Compare these computed graphs to the ones we sketched earlier. The sketches have the right shape.

Current sketched in Voltage sketched in

Time constant

An exponent has to be a plain vanilla number. It isn’t allowed to have dimensions. $\text{R}/\text L$ must have units of $1/\text{time}$, so it can cancel out $t$. The reciprocal, $\text L/\text R$, has units of $\text{seconds}$, something you might not have guessed.

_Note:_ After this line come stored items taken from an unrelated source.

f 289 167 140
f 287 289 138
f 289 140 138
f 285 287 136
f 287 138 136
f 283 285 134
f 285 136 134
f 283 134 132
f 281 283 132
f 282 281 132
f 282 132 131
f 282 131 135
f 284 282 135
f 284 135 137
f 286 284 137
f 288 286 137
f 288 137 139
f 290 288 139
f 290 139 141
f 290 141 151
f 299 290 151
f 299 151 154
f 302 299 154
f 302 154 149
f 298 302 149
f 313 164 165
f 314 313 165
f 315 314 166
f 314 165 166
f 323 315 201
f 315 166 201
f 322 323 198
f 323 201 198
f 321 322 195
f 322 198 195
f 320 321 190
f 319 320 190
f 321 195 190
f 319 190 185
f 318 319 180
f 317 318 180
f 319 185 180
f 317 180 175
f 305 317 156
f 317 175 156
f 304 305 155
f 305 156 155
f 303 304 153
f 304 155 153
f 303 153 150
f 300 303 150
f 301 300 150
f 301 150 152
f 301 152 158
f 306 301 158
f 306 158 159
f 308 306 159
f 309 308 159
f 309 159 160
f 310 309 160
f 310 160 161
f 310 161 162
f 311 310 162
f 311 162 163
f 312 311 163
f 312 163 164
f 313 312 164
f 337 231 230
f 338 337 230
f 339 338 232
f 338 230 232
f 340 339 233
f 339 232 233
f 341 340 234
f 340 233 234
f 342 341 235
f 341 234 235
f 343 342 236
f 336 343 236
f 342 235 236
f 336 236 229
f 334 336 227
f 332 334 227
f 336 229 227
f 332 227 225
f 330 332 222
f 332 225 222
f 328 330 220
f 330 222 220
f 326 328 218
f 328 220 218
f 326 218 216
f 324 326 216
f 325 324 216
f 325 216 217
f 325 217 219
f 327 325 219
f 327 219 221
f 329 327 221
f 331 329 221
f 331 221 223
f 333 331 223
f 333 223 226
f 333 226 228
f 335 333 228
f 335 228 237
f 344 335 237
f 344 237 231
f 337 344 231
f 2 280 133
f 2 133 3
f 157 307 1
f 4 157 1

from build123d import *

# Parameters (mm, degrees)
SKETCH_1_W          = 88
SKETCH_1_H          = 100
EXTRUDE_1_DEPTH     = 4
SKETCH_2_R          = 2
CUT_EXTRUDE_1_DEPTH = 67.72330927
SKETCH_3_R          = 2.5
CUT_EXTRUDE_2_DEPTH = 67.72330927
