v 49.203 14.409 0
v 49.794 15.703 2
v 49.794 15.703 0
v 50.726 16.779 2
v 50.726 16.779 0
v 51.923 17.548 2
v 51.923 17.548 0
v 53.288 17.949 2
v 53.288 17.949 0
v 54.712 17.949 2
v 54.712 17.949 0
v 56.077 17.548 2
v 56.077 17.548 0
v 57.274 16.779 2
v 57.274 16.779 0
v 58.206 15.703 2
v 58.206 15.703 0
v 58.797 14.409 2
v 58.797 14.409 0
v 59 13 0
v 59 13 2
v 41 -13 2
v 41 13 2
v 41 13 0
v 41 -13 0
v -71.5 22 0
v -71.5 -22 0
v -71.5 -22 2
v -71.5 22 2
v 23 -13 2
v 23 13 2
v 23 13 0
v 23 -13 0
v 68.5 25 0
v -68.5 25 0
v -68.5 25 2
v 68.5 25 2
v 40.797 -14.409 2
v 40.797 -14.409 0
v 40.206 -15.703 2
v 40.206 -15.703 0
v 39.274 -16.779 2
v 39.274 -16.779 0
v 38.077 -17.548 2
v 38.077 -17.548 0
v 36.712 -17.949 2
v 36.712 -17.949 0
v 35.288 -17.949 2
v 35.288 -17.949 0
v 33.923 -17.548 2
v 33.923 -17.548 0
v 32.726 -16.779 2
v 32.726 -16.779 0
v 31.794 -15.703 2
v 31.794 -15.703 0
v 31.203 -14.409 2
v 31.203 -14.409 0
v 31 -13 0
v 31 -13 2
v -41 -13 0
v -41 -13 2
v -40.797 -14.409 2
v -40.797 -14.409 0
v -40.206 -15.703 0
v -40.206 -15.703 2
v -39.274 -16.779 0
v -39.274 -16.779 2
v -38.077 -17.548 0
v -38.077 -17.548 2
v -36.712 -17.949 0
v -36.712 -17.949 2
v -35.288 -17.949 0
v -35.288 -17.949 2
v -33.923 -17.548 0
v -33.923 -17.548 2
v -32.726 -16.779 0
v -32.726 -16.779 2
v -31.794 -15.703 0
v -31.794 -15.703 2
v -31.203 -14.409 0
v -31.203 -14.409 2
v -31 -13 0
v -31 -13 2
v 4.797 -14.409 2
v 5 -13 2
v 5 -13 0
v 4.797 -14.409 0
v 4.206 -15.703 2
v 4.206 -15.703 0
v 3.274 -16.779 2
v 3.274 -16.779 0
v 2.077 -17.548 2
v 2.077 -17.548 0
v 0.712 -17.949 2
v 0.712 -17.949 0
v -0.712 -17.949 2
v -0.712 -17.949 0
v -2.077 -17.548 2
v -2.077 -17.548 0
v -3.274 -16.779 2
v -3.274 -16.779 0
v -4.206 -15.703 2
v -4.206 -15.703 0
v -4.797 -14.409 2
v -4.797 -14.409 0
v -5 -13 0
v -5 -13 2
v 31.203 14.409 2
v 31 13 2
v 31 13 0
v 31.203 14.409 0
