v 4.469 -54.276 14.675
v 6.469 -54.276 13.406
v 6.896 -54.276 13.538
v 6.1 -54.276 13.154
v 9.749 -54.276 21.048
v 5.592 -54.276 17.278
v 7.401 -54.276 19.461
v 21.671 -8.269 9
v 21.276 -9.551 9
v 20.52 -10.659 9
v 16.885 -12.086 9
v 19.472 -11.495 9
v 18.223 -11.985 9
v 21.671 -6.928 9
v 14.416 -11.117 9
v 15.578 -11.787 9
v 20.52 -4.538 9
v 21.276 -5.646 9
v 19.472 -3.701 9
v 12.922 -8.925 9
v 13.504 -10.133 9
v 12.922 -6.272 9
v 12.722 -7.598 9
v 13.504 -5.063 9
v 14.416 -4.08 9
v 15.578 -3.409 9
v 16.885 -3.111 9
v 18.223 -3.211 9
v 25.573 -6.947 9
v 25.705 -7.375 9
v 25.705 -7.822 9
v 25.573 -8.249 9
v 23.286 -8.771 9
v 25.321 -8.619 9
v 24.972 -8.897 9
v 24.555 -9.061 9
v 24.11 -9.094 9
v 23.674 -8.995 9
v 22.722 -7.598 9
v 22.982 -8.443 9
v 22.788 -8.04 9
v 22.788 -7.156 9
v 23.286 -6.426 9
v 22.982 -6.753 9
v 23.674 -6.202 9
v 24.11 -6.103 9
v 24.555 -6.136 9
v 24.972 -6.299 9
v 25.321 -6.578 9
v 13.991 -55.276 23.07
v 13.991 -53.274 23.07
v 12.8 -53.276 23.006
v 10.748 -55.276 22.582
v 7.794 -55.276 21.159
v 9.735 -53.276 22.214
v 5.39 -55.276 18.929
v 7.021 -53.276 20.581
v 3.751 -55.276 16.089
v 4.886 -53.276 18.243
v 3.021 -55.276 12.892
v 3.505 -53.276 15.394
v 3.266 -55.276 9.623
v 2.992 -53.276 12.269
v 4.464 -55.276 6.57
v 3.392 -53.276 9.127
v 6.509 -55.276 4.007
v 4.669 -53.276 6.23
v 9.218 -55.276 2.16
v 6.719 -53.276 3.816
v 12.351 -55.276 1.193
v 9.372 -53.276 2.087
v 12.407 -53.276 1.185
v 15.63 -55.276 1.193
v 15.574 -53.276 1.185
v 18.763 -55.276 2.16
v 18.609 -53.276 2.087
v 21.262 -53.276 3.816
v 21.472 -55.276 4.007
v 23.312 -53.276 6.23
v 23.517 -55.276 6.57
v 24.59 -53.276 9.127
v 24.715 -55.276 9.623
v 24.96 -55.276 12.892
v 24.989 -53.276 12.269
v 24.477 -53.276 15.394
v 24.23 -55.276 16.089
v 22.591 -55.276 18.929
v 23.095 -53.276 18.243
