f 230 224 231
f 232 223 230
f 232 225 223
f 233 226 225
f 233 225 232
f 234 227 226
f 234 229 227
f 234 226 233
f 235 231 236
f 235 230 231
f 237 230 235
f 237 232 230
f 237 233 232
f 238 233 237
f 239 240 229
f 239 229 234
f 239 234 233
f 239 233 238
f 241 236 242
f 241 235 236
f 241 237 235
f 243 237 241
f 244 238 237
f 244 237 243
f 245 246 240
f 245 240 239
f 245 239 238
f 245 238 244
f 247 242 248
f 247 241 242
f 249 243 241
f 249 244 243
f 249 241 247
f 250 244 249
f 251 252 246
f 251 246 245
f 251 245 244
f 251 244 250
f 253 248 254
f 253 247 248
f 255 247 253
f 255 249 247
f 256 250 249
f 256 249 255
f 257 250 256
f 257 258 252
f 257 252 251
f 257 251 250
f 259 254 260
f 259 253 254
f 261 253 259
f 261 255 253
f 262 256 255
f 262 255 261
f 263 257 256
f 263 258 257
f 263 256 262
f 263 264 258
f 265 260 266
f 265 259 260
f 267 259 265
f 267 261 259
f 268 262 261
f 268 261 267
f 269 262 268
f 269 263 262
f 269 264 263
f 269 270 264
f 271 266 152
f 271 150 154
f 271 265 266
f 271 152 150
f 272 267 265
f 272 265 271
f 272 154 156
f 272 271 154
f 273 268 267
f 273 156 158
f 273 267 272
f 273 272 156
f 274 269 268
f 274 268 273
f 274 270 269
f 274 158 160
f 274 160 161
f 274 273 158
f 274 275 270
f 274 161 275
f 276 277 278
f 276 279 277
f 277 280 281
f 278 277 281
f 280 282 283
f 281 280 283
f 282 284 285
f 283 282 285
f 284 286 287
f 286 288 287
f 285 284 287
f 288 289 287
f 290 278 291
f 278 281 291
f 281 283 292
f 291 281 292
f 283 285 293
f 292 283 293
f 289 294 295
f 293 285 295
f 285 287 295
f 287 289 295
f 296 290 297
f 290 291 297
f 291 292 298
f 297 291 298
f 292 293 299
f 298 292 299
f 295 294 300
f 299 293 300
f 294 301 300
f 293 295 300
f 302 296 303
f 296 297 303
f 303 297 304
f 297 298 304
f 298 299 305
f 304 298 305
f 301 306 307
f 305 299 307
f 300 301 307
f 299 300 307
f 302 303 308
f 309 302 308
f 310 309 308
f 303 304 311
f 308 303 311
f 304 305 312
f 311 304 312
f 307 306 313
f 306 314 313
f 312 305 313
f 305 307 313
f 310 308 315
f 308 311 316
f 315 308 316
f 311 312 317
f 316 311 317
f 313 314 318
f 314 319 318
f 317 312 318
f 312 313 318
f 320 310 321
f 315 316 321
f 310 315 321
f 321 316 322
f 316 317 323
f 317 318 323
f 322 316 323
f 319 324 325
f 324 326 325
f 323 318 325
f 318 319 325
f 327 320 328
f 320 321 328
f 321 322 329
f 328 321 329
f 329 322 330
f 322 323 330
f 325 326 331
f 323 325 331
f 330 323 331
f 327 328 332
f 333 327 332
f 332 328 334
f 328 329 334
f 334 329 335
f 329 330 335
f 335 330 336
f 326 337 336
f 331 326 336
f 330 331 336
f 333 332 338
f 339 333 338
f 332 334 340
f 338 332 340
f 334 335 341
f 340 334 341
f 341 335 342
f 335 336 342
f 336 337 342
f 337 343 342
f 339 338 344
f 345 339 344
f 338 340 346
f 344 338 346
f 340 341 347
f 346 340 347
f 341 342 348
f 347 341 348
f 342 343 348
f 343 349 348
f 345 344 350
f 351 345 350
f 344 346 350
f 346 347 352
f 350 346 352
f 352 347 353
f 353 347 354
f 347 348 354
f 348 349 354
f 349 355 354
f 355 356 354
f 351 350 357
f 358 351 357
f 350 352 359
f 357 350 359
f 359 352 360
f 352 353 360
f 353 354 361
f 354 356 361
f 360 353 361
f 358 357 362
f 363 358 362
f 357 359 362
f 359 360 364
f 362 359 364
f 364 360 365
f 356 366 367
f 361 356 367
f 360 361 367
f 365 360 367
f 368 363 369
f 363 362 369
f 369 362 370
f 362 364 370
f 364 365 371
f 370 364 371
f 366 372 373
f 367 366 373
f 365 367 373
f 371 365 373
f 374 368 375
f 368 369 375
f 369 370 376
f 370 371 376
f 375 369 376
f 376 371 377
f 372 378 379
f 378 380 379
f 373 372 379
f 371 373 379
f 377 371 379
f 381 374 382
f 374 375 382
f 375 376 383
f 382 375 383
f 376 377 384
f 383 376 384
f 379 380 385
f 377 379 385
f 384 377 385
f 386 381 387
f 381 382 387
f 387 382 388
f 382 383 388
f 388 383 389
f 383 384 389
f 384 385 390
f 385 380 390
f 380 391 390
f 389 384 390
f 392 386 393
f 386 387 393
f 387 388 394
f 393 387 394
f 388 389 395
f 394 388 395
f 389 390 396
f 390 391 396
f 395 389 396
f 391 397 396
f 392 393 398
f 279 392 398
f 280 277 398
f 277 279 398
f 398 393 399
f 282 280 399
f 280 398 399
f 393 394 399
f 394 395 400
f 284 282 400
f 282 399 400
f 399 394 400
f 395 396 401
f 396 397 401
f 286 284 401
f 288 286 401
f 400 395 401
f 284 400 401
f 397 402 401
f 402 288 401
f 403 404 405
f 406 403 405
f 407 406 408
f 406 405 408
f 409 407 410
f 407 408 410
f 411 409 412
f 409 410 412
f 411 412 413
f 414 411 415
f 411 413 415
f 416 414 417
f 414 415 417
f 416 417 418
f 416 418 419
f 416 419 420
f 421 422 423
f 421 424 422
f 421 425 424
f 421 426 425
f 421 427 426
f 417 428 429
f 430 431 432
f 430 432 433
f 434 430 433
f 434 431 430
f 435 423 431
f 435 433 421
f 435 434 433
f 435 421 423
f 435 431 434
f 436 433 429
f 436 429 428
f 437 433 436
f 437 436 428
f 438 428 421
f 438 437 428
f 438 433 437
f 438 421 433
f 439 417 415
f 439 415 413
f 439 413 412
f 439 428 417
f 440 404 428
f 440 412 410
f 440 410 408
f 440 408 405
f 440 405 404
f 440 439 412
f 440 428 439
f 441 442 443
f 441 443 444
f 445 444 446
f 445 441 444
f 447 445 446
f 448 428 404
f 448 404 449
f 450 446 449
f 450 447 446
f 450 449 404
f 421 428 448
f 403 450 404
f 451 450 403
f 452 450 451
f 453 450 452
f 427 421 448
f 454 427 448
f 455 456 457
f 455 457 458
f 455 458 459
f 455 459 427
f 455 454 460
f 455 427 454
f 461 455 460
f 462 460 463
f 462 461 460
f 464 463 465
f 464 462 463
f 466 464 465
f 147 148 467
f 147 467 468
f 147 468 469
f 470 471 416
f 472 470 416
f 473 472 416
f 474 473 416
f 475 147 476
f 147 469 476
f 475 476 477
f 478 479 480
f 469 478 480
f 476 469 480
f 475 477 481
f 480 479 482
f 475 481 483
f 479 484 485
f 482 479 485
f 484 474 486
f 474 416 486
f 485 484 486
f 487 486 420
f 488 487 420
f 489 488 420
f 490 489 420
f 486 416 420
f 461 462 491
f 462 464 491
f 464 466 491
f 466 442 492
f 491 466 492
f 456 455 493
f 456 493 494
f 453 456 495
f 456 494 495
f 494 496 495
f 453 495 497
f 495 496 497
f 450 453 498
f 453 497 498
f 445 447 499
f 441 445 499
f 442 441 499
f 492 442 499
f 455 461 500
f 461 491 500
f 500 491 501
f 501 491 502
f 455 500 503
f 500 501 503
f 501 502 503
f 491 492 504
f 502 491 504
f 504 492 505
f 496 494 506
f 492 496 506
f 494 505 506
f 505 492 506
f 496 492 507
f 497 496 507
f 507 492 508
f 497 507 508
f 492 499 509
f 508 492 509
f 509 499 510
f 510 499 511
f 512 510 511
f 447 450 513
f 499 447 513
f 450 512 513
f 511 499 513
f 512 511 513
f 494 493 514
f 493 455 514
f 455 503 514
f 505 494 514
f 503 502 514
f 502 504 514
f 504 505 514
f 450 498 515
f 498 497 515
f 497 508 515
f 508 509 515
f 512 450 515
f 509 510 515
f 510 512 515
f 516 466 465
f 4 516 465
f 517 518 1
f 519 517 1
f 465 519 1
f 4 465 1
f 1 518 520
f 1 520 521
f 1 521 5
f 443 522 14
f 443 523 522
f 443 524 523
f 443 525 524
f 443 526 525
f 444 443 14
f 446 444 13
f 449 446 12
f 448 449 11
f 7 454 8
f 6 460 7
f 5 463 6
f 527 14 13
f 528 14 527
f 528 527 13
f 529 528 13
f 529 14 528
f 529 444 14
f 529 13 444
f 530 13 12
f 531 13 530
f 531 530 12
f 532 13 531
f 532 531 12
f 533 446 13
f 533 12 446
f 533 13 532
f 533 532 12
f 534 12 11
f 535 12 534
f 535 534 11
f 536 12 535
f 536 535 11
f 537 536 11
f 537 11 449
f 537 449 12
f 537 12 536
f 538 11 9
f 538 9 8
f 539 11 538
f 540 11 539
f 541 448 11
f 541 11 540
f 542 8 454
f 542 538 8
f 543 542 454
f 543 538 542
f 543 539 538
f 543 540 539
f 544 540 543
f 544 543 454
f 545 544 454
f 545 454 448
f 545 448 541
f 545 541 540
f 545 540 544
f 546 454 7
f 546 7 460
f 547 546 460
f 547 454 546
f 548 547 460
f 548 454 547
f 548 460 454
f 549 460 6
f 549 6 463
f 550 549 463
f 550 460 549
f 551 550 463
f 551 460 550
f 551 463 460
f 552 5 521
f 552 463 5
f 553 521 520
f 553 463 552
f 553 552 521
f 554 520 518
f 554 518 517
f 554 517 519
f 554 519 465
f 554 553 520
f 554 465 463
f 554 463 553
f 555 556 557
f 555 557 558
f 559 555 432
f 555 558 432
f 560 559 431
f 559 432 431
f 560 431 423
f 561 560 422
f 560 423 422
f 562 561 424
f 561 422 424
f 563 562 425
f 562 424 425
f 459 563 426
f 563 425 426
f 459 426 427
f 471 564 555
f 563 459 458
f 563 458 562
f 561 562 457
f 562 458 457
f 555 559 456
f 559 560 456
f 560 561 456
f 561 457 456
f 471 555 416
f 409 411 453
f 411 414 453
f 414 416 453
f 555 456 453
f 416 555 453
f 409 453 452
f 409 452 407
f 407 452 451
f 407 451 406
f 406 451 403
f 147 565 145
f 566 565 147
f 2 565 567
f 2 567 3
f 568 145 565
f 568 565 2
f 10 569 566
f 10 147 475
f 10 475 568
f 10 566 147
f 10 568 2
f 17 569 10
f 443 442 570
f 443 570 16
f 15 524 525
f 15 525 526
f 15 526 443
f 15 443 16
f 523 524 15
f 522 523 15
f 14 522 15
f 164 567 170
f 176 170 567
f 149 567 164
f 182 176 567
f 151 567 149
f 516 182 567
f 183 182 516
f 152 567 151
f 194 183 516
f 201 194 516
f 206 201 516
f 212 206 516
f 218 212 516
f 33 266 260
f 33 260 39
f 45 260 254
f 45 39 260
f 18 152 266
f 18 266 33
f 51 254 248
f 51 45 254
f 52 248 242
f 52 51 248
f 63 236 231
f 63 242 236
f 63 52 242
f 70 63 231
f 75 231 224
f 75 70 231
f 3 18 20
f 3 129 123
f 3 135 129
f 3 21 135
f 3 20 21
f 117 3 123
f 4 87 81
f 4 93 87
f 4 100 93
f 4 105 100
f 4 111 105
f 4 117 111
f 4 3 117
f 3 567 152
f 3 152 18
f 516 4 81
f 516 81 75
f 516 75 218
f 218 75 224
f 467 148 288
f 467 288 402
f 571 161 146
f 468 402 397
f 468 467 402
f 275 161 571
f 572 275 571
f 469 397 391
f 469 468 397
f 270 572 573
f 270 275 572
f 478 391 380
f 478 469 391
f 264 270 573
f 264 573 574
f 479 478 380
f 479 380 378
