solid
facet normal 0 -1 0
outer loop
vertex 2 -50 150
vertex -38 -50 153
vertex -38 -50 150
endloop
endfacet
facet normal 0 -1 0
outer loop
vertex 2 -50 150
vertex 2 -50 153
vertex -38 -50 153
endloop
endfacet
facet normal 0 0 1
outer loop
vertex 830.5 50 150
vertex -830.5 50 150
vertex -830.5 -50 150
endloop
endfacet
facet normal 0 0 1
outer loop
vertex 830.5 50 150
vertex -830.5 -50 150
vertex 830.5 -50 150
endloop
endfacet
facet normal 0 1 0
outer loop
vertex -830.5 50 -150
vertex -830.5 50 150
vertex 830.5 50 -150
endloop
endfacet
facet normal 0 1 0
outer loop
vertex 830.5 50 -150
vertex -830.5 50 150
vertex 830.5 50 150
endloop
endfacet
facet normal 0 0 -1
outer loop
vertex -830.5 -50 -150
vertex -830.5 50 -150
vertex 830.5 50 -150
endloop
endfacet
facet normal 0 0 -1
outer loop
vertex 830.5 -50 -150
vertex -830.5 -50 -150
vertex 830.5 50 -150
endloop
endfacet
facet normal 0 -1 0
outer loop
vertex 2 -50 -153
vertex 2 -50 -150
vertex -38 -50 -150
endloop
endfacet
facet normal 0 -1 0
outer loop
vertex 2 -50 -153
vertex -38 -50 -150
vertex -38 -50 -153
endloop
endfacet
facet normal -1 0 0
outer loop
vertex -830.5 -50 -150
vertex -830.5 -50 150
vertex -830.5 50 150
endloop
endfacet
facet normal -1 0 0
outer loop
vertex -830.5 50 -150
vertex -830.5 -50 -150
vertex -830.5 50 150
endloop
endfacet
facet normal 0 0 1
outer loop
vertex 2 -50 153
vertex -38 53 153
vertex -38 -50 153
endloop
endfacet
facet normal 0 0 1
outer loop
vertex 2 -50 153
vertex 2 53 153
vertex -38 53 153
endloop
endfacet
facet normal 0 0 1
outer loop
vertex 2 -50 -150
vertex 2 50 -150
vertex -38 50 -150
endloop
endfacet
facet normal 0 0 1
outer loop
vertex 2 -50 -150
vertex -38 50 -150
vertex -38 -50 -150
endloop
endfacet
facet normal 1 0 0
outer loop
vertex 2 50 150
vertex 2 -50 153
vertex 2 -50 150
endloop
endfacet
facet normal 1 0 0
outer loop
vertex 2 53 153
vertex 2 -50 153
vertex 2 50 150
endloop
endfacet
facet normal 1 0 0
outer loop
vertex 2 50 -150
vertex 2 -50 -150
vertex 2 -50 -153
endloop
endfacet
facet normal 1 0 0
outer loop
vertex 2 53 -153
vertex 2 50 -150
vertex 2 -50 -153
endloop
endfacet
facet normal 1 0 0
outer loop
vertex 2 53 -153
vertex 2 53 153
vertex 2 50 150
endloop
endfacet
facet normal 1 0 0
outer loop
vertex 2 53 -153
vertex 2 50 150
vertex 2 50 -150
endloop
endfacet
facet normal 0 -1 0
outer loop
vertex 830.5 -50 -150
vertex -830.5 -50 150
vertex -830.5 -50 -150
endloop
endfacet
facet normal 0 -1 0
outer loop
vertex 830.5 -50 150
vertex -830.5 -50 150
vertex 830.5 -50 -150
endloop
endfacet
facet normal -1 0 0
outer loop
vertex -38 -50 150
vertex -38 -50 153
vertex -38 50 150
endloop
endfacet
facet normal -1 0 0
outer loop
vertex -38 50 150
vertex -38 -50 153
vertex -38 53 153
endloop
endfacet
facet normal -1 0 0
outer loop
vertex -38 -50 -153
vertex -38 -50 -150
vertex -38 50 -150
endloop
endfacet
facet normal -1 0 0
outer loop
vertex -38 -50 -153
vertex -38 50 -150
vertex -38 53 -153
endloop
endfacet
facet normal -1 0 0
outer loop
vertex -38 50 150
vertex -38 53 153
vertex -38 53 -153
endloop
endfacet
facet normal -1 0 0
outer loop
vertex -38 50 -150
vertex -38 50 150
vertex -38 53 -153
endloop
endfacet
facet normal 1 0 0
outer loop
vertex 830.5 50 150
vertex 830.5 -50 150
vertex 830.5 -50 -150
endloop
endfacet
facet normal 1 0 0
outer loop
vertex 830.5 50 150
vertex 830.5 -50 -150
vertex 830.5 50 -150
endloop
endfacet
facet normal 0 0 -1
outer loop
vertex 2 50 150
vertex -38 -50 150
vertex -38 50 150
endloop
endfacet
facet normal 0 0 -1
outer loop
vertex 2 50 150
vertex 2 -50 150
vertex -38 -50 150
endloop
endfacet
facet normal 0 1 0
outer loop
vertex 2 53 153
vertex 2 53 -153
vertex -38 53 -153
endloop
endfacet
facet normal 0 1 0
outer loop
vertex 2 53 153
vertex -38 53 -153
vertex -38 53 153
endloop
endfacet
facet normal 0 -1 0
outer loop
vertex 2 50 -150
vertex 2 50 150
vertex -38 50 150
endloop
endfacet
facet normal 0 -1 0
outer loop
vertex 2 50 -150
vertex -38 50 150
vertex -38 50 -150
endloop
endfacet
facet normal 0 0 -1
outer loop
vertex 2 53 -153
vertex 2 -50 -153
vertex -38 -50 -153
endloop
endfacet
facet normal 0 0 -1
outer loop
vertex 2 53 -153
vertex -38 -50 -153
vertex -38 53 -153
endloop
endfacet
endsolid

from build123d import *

# Parameters (mm, degrees)
BOSS_EXTRUDE1_DEPTH      = 150
BOSS_EXTRUDE1_DEPTH_BACK = 150
SKETCH1_W                = 1661
SKETCH1_H                = 100
BOSS_EXTRUDE2_DEPTH      = 2
BOSS_EXTRUDE2_DEPTH_BACK = 38


with BuildPart() as part:
    # Sketch1 → Boss-Extrude1 (new, two sides: drawn at the far end of the back side and taken through both)
    with BuildSketch(Plane.XY.offset(-BOSS_EXTRUDE1_DEPTH_BACK)):
        Rectangle(SKETCH1_W, SKETCH1_H)
    extrude(amount=BOSS_EXTRUDE1_DEPTH + BOSS_EXTRUDE1_DEPTH_BACK)


with BuildPart() as body_2:
    # Sketch2 → Boss-Extrude2 (new, two sides: drawn at the far end of the back side and taken through both)
    with BuildSketch(Plane(origin=(0, 0, 0), x_dir=(0, 0, -1), z_dir=(1, 0, 0)).offset(-BOSS_EXTRUDE2_DEPTH_BACK)):
        Polygon((-150, -50), (-150, 50), (150, 50), (150, -50), (153, -50), (153, 53), (-153, 53), (-153, -50), align=None)
    extrude(amount=BOSS_EXTRUDE2_DEPTH + BOSS_EXTRUDE2_DEPTH_BACK)


solid = Compound([part.part, body_2.part])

$\text L/\text R$ is called the time constant of a resistor-inductor combination. It has the same properties as the corresponding product $\text R \cdot \text{C}$ in the resistor-capacitor circuit. We use the Greek letter $\tau$ (tau) as the symbol for time constant,

$\tau = \dfrac{\text L}{\text R}$ seconds

We can rewrite the natural response equation like this,

$i(t) = \text I_0e^{-t/\tau}$

When $t$ is equal to the time constant, the exponent becomes $-1$. The exponential term is equal to $1/e = 1/1.569$, or about $0.37$.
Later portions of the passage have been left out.